**WHAT YOU WILL DO:** Exactly as they appear below, repeat the lines from the one with "extrude(amount=-CUT_EXTRUDE3_DEPTH, mode=Mode.SUBTRACT)" through the one with "# FreeCAD 1.0 macro for this part", and no others.

□ □ □

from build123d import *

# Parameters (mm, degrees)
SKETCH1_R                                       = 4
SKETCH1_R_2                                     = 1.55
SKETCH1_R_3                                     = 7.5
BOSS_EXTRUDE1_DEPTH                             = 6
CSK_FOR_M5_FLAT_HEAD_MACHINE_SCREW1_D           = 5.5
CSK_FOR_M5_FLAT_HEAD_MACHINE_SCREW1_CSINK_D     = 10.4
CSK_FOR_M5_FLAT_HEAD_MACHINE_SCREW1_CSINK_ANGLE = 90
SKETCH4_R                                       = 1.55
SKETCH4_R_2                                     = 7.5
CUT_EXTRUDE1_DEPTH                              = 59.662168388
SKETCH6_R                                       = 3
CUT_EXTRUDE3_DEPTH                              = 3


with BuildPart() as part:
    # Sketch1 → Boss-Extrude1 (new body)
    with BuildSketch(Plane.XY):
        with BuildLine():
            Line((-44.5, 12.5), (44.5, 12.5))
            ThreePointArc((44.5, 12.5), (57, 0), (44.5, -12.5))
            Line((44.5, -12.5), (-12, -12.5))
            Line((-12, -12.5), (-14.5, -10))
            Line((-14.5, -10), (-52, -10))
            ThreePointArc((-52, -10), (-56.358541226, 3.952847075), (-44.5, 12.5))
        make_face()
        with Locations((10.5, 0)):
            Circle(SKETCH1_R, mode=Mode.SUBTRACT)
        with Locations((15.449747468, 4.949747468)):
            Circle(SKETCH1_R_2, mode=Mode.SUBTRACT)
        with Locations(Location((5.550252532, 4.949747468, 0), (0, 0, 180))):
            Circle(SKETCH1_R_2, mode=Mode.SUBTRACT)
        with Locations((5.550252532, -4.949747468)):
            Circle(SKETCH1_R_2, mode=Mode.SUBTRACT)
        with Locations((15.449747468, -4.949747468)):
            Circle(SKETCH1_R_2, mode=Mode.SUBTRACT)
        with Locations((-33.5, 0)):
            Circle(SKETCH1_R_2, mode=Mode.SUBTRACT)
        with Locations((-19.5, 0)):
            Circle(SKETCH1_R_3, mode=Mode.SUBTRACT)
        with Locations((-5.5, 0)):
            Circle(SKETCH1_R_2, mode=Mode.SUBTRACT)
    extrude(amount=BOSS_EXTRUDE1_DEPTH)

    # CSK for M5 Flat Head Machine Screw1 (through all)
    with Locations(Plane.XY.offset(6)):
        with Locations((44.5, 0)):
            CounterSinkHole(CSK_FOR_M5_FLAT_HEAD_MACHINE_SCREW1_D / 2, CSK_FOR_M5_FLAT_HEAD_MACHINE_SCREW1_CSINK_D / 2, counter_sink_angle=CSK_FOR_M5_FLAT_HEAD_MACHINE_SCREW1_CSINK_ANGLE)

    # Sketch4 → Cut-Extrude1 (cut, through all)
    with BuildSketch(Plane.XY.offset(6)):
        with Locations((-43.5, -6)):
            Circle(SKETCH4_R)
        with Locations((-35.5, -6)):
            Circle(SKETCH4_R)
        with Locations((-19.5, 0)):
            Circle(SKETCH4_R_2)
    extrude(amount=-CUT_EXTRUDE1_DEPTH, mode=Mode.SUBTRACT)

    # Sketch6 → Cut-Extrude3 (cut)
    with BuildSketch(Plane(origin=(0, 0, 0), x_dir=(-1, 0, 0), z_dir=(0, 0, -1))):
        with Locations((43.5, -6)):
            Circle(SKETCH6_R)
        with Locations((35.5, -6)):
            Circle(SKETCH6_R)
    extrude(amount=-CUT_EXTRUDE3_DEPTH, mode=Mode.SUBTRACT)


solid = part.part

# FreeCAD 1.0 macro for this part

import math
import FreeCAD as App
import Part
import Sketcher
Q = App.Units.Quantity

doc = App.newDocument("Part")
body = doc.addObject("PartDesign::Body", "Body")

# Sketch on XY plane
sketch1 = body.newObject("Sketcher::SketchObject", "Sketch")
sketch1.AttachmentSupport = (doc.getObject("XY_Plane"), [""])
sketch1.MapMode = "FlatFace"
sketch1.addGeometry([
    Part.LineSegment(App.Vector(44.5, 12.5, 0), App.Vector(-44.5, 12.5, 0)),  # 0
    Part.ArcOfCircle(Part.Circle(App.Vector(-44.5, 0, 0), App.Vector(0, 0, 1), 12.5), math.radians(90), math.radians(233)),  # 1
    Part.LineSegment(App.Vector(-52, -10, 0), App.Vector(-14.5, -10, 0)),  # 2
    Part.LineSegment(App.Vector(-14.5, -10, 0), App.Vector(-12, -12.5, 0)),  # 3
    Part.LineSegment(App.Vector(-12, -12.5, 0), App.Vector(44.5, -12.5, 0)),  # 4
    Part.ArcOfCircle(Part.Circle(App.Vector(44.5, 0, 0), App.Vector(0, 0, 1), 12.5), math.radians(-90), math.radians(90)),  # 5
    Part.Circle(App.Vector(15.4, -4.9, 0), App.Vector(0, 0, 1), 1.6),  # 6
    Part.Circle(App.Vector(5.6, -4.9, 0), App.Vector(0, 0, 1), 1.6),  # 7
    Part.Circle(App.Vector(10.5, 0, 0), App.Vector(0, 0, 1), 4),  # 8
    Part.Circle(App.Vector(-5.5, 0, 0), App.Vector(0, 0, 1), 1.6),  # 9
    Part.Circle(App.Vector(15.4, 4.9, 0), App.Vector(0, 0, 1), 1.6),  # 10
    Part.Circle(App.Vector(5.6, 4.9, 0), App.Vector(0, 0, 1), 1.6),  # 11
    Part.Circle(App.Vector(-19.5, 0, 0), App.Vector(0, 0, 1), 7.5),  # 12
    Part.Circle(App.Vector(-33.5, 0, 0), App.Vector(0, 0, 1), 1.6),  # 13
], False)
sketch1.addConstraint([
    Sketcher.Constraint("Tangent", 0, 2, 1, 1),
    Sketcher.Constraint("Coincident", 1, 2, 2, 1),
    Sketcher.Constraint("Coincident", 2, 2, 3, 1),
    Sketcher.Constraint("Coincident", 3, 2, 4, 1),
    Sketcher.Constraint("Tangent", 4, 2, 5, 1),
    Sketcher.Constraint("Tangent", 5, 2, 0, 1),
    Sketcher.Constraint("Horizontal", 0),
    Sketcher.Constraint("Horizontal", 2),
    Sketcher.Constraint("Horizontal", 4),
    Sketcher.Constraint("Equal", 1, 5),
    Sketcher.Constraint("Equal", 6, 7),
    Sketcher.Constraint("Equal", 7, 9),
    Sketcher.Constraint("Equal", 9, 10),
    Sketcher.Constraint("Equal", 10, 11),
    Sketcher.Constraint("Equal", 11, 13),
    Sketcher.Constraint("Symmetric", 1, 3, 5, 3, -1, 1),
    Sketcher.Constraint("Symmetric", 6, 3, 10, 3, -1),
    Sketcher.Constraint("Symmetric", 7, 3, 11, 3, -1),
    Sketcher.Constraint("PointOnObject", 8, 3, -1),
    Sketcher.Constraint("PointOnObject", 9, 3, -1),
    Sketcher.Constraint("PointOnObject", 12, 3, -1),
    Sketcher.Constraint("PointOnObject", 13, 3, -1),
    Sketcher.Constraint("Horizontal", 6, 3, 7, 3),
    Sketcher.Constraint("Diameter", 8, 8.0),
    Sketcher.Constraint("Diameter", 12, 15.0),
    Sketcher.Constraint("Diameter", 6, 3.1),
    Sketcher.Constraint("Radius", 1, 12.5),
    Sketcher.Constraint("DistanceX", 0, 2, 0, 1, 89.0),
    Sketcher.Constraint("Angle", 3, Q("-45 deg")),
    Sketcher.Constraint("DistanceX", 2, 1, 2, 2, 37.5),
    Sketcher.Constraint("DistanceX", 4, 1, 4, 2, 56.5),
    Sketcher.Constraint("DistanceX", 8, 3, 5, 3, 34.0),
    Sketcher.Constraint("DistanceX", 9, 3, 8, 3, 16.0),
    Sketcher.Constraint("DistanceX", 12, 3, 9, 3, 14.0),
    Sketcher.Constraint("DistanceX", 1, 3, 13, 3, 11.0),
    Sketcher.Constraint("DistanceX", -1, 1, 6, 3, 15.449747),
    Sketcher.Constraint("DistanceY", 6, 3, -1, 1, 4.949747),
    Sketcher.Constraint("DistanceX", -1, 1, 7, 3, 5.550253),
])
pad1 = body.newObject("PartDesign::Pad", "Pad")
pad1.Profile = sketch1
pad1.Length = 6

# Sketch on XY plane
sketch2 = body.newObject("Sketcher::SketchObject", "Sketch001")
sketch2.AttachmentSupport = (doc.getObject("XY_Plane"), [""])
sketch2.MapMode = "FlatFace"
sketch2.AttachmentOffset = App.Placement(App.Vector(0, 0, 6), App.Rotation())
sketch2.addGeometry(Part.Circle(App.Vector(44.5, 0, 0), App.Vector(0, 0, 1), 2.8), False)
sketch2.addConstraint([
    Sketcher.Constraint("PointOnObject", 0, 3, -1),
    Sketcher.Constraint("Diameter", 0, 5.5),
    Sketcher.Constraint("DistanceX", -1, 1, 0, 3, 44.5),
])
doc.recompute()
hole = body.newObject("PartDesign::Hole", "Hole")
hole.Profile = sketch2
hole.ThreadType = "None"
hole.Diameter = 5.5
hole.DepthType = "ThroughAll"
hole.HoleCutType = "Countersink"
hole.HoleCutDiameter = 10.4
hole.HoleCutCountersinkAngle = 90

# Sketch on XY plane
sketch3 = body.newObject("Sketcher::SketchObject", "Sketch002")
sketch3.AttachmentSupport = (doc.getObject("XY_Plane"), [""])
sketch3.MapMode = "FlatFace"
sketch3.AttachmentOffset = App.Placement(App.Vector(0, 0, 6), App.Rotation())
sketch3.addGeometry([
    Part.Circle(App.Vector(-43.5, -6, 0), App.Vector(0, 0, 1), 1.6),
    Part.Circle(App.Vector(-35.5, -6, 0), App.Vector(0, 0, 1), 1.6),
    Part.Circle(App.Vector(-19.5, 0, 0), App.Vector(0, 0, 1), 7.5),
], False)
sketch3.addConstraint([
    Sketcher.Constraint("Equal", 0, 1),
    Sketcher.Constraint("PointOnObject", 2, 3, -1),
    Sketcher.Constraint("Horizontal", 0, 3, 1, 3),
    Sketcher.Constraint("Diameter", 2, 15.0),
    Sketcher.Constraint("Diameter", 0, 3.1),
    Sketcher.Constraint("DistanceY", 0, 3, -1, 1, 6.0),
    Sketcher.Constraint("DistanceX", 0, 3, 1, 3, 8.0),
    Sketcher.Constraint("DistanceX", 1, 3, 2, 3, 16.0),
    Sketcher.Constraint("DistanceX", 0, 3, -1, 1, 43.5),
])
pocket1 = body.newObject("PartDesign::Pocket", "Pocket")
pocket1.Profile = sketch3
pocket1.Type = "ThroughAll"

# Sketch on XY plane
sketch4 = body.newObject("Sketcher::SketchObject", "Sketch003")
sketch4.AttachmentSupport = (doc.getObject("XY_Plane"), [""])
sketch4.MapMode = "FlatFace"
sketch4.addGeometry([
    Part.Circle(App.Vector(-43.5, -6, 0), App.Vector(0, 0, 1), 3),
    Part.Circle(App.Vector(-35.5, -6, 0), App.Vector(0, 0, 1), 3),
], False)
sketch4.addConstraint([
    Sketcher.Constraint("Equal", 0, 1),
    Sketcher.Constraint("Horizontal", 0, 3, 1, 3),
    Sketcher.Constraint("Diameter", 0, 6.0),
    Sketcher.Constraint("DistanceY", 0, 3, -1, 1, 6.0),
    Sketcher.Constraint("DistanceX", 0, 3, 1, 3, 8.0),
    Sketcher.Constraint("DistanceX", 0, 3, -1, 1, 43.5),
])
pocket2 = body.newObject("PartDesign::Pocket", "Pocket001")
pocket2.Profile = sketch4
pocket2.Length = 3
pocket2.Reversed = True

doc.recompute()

□ □ □

**SOLUTION:**
    extrude(amount=-CUT_EXTRUDE3_DEPTH, mode=Mode.SUBTRACT)


solid = part.part

# FreeCAD 1.0 macro for this part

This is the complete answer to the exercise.